YOUR ASSIGNMENT: From the entries below, copy exactly the lines from the one that contains "#13=CARTESIAN_POINT('',(3.75,4.9488,-3.1));" through the one that contains "#32=EDGE_CURVE('',#30,#23,#31,.T.);", both included, and only those.

Stored data:
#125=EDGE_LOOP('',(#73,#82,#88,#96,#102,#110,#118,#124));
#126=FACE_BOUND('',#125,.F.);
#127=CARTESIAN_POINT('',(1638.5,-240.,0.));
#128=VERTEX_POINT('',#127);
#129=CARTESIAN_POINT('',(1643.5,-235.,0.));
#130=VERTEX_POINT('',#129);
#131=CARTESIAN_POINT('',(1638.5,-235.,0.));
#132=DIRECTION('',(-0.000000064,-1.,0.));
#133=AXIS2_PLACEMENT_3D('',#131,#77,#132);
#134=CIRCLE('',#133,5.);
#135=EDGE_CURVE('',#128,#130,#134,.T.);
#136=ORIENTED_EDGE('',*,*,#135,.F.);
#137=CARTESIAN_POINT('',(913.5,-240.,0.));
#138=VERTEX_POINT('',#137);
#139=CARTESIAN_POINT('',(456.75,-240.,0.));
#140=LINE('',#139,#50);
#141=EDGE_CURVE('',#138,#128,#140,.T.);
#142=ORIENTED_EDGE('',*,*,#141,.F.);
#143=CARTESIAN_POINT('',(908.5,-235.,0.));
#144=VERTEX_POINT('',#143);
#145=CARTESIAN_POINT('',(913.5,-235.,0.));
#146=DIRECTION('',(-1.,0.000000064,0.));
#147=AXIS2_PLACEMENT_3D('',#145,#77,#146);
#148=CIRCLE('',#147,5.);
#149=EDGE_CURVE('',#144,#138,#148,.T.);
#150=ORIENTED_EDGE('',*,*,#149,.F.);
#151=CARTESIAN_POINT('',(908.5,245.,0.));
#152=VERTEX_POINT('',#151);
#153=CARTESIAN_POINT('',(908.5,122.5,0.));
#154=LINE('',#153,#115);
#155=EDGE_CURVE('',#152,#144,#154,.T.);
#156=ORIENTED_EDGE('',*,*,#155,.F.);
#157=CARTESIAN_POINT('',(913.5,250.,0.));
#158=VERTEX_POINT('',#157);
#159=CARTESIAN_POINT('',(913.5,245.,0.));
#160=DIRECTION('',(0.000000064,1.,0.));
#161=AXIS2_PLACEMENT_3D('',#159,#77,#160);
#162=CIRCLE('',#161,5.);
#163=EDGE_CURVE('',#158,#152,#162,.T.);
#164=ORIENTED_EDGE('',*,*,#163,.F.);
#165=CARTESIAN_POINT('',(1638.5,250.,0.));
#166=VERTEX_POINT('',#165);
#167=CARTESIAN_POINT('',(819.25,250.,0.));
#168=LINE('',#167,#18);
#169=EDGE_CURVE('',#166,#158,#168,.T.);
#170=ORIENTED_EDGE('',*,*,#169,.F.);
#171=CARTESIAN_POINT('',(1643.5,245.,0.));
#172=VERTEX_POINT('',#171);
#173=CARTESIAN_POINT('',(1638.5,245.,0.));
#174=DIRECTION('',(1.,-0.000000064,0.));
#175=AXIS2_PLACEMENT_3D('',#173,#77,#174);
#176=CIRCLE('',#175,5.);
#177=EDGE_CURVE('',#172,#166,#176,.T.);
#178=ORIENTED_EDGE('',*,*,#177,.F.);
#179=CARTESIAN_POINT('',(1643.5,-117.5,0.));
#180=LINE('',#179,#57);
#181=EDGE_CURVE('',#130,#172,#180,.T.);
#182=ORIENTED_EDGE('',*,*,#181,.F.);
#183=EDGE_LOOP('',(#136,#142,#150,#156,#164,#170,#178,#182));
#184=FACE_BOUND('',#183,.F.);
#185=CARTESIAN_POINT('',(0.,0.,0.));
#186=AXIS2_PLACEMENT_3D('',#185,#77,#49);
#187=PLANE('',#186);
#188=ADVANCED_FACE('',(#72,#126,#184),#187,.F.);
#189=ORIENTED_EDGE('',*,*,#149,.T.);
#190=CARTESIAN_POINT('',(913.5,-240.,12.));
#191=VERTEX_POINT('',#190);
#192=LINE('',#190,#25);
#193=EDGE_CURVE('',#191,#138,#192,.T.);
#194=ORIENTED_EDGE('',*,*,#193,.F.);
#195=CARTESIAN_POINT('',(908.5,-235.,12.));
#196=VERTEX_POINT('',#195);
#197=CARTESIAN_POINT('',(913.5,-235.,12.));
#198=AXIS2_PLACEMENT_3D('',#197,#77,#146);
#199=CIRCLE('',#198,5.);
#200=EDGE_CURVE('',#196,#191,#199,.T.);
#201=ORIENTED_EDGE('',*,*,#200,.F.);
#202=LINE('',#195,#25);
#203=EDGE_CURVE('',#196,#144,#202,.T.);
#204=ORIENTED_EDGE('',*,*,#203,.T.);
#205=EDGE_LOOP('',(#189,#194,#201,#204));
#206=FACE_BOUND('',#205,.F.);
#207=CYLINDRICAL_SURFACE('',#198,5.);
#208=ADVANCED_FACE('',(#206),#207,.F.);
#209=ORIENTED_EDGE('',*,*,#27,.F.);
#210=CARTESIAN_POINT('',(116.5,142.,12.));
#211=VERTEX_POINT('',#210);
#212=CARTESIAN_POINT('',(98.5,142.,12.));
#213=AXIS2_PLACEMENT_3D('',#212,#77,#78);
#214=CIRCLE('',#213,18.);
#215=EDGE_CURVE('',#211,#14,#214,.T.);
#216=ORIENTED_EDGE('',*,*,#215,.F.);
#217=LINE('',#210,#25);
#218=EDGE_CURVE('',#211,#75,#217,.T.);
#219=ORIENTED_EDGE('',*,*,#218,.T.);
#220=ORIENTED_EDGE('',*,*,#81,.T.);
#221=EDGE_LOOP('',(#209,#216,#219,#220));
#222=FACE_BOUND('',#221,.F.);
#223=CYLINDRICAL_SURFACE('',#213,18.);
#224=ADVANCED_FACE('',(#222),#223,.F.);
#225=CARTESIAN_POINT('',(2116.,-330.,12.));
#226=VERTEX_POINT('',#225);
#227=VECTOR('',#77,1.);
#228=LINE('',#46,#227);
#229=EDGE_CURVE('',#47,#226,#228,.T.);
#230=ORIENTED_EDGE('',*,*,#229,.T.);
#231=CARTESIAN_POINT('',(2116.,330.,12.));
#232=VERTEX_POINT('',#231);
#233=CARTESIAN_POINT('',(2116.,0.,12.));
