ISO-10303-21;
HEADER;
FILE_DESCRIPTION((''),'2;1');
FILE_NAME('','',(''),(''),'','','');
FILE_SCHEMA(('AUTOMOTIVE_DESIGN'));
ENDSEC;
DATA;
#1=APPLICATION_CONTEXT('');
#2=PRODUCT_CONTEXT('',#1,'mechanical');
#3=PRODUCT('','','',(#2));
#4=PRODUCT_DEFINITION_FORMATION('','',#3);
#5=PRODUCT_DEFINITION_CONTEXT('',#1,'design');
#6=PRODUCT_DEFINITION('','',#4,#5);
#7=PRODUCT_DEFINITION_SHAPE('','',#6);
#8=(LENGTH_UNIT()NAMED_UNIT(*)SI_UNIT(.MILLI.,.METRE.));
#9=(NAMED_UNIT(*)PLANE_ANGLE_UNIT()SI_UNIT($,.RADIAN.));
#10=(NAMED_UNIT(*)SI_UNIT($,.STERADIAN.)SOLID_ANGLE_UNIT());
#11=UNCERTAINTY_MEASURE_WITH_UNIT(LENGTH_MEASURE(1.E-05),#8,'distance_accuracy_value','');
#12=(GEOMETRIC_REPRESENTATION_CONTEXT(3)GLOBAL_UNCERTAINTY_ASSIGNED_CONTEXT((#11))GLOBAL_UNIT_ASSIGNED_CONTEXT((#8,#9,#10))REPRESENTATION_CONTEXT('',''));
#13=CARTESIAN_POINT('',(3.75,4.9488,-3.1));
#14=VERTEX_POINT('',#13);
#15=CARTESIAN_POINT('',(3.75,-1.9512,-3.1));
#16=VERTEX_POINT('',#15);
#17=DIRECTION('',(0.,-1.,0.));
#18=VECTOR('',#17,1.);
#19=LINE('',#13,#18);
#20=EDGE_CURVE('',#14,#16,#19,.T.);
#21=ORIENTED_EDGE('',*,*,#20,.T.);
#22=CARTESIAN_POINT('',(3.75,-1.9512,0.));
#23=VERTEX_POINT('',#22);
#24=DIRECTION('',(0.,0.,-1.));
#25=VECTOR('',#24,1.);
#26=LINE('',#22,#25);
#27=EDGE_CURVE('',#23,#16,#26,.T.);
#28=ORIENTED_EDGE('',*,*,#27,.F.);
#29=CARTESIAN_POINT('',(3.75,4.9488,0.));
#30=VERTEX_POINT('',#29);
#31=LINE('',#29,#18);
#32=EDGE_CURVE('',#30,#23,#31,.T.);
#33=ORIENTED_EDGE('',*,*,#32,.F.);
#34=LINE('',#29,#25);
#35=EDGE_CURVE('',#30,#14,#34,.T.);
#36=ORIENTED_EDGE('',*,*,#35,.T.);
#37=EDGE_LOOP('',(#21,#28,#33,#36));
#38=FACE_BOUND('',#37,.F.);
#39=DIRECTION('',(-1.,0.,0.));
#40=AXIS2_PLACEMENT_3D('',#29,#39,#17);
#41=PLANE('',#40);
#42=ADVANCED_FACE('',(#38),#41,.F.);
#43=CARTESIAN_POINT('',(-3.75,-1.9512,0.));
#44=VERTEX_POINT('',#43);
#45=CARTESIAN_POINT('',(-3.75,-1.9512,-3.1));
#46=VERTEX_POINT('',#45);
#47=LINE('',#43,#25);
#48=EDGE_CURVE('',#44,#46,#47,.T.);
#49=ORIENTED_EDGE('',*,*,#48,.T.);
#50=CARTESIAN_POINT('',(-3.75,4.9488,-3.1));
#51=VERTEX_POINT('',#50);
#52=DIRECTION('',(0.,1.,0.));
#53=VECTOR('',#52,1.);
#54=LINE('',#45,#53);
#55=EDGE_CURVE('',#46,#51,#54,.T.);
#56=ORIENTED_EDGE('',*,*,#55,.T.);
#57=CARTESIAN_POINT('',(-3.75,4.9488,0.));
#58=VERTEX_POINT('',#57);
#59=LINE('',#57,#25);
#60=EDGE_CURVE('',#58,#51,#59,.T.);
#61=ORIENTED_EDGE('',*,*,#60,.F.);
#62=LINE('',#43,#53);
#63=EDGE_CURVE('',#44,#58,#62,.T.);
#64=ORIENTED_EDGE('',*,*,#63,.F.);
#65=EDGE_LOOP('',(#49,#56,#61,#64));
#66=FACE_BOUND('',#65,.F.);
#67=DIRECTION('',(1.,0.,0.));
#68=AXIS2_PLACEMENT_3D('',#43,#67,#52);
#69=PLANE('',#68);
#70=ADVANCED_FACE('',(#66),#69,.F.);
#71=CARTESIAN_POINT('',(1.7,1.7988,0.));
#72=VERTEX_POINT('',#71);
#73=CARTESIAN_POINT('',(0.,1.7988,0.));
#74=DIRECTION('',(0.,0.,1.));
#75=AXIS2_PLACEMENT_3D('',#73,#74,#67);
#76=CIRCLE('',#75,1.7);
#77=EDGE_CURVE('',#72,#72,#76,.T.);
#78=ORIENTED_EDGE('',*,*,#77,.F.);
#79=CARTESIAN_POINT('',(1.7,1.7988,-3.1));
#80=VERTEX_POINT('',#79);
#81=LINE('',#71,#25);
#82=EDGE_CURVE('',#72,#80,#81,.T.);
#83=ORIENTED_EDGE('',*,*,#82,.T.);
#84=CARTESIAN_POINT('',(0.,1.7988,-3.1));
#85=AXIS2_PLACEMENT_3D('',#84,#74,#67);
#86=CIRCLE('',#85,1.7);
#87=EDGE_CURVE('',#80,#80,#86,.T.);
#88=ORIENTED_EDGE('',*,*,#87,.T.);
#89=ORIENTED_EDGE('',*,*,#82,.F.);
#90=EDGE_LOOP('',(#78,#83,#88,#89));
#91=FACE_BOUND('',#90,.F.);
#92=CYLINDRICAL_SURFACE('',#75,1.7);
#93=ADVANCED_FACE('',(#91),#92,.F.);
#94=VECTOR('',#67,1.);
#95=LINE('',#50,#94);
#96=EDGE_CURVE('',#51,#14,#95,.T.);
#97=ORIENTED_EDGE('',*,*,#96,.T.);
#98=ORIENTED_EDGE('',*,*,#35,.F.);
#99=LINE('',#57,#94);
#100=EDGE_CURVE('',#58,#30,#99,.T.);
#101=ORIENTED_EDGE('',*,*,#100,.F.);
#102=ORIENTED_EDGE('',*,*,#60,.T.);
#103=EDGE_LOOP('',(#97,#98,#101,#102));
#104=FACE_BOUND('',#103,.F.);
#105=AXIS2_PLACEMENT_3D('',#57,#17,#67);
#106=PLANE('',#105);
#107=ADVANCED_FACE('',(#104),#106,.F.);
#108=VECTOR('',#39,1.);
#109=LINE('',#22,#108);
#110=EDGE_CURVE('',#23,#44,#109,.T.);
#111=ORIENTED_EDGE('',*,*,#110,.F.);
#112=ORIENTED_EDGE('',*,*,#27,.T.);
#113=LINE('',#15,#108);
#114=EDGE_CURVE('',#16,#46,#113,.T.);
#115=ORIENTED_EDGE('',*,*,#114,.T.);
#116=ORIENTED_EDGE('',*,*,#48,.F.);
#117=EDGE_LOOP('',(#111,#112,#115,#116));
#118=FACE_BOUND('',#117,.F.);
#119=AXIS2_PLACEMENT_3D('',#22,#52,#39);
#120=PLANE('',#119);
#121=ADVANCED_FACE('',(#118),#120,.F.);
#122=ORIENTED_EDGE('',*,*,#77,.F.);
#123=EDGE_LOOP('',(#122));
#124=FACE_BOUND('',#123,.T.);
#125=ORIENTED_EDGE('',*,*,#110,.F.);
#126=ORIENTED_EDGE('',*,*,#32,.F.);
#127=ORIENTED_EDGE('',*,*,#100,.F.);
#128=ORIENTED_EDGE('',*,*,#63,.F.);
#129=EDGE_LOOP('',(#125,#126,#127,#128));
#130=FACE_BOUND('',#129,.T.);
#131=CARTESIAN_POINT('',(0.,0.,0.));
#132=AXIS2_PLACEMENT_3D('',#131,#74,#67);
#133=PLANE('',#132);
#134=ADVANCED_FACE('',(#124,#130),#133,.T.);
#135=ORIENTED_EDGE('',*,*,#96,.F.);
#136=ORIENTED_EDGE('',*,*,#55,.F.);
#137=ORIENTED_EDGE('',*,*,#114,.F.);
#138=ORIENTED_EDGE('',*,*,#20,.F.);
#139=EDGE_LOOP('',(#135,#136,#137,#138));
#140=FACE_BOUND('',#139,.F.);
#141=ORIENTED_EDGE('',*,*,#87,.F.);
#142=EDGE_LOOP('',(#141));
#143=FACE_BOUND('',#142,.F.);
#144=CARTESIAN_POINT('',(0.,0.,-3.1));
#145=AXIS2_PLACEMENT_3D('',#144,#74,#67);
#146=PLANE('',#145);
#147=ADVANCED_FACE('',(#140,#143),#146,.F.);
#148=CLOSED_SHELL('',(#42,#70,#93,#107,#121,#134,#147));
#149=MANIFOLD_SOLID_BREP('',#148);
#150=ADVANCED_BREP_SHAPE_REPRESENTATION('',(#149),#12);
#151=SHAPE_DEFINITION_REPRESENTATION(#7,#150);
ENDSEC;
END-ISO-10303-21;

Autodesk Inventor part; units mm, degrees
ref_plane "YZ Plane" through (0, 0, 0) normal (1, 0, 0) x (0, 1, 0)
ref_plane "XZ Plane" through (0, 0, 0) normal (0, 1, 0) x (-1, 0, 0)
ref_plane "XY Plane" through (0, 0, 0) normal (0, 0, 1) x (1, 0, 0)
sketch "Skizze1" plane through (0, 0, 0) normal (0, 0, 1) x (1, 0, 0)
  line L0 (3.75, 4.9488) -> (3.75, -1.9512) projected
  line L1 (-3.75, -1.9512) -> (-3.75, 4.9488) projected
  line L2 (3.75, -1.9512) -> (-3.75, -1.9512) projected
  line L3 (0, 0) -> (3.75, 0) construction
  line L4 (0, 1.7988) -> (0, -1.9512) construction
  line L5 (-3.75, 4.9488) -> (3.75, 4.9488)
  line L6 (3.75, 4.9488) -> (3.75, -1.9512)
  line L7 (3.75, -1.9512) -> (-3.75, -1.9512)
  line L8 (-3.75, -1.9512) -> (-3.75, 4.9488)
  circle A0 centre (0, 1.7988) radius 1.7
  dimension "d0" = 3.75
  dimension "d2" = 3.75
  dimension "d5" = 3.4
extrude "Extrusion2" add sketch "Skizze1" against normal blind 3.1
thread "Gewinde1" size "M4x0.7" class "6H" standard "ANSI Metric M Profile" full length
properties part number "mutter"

REPLY:
#13=CARTESIAN_POINT('',(3.75,4.9488,-3.1));
#14=VERTEX_POINT('',#13);
#15=CARTESIAN_POINT('',(3.75,-1.9512,-3.1));
#16=VERTEX_POINT('',#15);
#17=DIRECTION('',(0.,-1.,0.));
#18=VECTOR('',#17,1.);
#19=LINE('',#13,#18);
#20=EDGE_CURVE('',#14,#16,#19,.T.);
#21=ORIENTED_EDGE('',*,*,#20,.T.);
#22=CARTESIAN_POINT('',(3.75,-1.9512,0.));
#23=VERTEX_POINT('',#22);
#24=DIRECTION('',(0.,0.,-1.));
#25=VECTOR('',#24,1.);
#26=LINE('',#22,#25);
#27=EDGE_CURVE('',#23,#16,#26,.T.);
#28=ORIENTED_EDGE('',*,*,#27,.F.);
#29=CARTESIAN_POINT('',(3.75,4.9488,0.));
#30=VERTEX_POINT('',#29);
#31=LINE('',#29,#18);
#32=EDGE_CURVE('',#30,#23,#31,.T.);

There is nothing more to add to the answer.